On sortira de ce passé, et de ce présent insupportable, pour arriver dans une dimension non humaine - le temps de Dieu. Et c’est seulement grâce à cette mise en perspective par le passé - seulement par ces fondements historiques, que nous décrit Daniel à travers la vision des bêtes - que l’on peut faire comprendre au lecteur que l’on sortira enfin de ce cycle infernal. Le présent ne durera pas éternellement. Un temps nouveau pourra advenir. Et les contemporains pourront ainsi saisir la profondeur du récit apocalyptique.
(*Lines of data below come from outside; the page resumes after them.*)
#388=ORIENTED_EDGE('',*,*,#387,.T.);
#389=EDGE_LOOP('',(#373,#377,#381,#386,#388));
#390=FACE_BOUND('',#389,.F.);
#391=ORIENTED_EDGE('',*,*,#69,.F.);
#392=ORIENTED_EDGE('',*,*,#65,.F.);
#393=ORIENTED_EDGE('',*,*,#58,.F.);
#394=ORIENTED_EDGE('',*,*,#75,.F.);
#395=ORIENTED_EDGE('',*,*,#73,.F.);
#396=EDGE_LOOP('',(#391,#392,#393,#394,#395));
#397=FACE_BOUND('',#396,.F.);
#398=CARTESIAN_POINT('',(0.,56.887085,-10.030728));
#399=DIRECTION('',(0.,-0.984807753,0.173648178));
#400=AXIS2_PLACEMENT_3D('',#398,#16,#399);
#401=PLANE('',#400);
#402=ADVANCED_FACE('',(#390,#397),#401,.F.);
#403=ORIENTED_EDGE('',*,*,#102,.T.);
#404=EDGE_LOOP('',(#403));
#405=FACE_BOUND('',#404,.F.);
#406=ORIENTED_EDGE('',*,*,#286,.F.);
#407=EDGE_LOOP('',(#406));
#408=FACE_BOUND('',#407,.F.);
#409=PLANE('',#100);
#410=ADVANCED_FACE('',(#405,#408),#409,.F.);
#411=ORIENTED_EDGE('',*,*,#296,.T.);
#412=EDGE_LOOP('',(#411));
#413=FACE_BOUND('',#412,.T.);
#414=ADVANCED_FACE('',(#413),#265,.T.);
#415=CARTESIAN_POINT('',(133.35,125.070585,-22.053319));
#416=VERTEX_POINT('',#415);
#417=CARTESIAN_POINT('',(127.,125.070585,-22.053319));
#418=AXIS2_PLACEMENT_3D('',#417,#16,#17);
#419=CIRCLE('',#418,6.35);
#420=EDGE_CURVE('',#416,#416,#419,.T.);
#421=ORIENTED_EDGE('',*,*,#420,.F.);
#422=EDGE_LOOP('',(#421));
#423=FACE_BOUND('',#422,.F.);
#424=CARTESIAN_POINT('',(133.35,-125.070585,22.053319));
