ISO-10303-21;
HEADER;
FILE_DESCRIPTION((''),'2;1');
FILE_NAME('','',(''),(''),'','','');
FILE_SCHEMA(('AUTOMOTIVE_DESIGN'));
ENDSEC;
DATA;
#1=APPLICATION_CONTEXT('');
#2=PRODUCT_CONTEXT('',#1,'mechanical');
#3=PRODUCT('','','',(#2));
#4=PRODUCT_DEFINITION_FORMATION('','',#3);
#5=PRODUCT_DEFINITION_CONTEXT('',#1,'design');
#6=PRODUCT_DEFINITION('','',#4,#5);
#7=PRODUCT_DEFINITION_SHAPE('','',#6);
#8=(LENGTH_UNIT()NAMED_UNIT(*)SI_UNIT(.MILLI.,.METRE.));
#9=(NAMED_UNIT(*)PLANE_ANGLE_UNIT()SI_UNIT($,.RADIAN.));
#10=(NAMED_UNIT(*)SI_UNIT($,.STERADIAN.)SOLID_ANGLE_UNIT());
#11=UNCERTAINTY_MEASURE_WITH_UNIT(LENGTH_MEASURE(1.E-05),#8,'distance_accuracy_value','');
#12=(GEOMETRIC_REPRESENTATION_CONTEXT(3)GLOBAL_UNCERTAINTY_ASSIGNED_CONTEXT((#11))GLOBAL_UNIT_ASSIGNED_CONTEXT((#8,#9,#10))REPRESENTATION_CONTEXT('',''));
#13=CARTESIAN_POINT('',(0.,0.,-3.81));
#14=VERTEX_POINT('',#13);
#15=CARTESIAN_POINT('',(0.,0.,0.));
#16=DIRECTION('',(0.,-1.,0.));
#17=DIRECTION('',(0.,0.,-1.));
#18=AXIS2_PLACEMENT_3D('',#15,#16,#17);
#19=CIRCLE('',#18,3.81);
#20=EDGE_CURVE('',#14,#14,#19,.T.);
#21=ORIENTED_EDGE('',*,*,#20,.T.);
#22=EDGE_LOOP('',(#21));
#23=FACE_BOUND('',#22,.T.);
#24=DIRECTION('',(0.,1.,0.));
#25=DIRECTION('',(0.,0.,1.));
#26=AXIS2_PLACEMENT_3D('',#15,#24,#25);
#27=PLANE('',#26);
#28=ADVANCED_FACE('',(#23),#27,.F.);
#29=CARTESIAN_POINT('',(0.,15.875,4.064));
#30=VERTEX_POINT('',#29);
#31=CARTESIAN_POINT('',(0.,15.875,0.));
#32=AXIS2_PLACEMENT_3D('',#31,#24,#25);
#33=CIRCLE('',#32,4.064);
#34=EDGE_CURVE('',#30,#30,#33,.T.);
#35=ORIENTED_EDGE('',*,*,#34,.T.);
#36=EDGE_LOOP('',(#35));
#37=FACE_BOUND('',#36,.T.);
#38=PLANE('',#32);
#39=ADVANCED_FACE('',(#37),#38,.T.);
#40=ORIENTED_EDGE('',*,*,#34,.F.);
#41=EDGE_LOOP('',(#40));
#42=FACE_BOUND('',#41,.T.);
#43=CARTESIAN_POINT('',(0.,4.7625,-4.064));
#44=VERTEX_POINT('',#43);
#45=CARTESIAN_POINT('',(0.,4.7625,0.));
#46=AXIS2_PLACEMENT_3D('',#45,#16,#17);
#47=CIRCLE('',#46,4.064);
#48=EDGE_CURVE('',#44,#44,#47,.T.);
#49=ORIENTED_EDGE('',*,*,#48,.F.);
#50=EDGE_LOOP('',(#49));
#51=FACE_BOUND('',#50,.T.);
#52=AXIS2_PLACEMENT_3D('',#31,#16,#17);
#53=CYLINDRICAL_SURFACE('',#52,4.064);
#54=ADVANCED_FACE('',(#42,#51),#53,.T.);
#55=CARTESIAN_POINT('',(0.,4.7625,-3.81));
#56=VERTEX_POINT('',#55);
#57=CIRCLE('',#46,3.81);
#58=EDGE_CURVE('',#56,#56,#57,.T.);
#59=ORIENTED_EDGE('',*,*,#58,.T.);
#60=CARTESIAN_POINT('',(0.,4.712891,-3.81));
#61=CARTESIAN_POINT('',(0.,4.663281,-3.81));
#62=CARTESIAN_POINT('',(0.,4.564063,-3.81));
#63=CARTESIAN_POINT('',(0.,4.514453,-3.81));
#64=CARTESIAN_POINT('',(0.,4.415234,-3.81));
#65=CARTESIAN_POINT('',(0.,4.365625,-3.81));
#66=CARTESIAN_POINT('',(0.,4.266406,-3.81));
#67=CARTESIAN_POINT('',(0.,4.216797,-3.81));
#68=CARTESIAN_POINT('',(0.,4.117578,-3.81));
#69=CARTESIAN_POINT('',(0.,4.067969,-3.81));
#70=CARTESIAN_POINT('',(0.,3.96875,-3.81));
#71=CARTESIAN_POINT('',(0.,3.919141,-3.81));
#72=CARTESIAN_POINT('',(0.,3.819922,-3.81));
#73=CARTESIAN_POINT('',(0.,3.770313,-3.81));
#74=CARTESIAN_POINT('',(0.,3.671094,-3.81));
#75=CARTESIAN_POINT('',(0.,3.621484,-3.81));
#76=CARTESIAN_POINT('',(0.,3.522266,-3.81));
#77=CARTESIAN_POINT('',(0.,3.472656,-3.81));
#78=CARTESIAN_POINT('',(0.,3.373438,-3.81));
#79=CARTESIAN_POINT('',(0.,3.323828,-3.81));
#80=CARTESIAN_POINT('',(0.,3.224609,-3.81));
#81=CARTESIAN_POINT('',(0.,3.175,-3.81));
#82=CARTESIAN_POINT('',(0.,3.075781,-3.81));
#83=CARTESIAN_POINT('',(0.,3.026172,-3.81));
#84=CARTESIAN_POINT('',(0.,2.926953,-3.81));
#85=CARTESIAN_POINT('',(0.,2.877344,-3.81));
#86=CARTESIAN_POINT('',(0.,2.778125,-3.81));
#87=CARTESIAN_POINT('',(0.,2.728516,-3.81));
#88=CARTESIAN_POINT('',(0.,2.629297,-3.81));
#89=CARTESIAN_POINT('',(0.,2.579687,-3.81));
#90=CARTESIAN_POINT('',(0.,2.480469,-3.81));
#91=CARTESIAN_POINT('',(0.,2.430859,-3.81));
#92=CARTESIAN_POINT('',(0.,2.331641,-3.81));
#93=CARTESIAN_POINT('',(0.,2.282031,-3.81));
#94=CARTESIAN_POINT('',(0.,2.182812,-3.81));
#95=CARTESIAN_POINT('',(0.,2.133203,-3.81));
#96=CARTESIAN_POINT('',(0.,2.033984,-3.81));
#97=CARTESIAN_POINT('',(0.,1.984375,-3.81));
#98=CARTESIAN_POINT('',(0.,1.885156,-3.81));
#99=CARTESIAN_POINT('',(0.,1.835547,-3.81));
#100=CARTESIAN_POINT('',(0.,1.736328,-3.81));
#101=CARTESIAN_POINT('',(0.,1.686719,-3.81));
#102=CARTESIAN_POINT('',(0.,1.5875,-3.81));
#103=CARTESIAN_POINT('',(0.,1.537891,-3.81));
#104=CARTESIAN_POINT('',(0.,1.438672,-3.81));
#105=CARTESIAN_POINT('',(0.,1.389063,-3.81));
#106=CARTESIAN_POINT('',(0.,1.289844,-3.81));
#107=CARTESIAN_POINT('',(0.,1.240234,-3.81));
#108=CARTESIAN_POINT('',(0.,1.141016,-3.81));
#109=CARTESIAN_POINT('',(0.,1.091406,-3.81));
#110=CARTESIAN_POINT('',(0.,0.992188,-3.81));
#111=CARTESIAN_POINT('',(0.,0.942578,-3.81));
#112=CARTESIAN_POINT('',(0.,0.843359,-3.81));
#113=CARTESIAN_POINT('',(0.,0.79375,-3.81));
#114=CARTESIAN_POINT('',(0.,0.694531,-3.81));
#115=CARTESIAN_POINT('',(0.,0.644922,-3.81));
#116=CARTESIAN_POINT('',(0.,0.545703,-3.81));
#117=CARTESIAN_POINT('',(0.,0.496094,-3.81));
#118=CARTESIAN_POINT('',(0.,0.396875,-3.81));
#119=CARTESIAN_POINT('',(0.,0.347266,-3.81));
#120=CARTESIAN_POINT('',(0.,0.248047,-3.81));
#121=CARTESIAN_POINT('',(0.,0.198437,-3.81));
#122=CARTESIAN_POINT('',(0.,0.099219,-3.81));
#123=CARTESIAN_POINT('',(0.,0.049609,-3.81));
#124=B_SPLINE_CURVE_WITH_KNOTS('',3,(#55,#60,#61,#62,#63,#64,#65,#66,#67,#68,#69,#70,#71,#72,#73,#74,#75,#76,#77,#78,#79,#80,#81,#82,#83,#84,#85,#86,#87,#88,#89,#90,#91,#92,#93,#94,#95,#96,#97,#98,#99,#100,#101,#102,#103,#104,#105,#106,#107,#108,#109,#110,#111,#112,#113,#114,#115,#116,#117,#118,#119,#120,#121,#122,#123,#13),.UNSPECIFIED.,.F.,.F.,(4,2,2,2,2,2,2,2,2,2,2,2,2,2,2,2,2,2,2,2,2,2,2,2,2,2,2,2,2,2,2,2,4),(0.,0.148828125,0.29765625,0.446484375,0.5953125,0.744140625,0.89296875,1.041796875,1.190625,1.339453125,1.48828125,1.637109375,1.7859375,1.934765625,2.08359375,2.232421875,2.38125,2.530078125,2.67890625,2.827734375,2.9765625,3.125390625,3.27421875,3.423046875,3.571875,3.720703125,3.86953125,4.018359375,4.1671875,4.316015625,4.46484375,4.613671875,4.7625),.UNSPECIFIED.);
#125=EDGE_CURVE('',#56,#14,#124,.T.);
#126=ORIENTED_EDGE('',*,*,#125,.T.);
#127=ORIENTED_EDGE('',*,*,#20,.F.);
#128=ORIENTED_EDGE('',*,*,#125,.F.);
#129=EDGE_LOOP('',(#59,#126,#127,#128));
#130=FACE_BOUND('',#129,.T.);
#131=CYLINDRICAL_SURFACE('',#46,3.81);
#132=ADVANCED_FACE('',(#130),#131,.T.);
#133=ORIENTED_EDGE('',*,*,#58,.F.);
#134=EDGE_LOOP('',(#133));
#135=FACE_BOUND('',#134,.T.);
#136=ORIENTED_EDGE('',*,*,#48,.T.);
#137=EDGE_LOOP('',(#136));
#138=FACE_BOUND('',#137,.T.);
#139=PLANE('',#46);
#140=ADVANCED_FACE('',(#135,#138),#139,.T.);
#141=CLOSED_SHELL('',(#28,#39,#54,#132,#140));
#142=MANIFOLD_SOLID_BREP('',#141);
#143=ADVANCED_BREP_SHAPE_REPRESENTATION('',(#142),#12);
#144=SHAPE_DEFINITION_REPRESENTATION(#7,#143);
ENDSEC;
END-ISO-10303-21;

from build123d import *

# Parameters (mm, degrees)
SKETCH1_R           = 4.064
BOSS_EXTRUDE1_DEPTH = 15.875
SKETCH2_R           = 4.064
SKETCH2_R_2         = 3.81
CUT_EXTRUDE1_DEPTH  = 4.7625


with BuildPart() as part:
    # Sketch1 → Boss-Extrude1 (new body)
    with BuildSketch(Plane(origin=(0, 0, 0), x_dir=(1, 0, 0), z_dir=(0, 1, 0))):
        with Locations(Location((0, 0, 0), (0, 0, 270))):
            Circle(SKETCH1_R)
    extrude(amount=BOSS_EXTRUDE1_DEPTH)

    # Sketch2 → Cut-Extrude1 (cut)
    with BuildSketch(Plane.XZ):
        with Locations(Location((0, 0, 0), (0, 0, 270))):
            Circle(SKETCH2_R)
        with Locations(Location((0, 0, 0), (0, 0, 270))):
            Circle(SKETCH2_R_2, mode=Mode.SUBTRACT)
    extrude(amount=-CUT_EXTRUDE1_DEPTH, mode=Mode.SUBTRACT)


solid = part.part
L’apocalypse serait ainsi une promesse ; une promesse de lendemains nouveaux, de lendemains foncièrement et radicalement différents, et, par là-même, remettant même en question leur qualificatif de lendemain - en ce que le temps connaîtrait une profonde rupture, du temps humain au temps divin.
Aujourd’hui, la pensée de l’apocalypse a été profondément modifiée et finalement ramenée à d’autres concepts - en ce qu’elle n’amène plus à cette espérance d’un monde radicalement nouveau. On parle en ce moment plutôt de catastrophe, soit d’événements se donnant comme des discontinuités, contrariant la linéarité du temps que nous connaissons. Ce qui échappe à notre contrôle, en somme - ce qui surgit dans notre quotidien, comme altérité profonde, et qui amène à penser un monde d’après, altéré, certes, mais pas radicalement nouveau. Ce qu’Hertog définit dans son article comme une “apocalypse tronquée, ou négative, [car] elle n’ouvre plus sur du tout autre. Pas de monde ou d’hommes nouveaux au-delà de l’horizon.”
Source : J’ai utilisé des éléments de l’écrit passionnant de François Hartog, extrait de la revue Esprit.
Si vous souhaitez en savoir plus et voir comment ces récits de la fin des temps ont évolué, à travers la futurologie ou encore la vision de l’extinction de l’humanité pour Musk, rendez-vous au séminaire dont je vous parlais plus haut !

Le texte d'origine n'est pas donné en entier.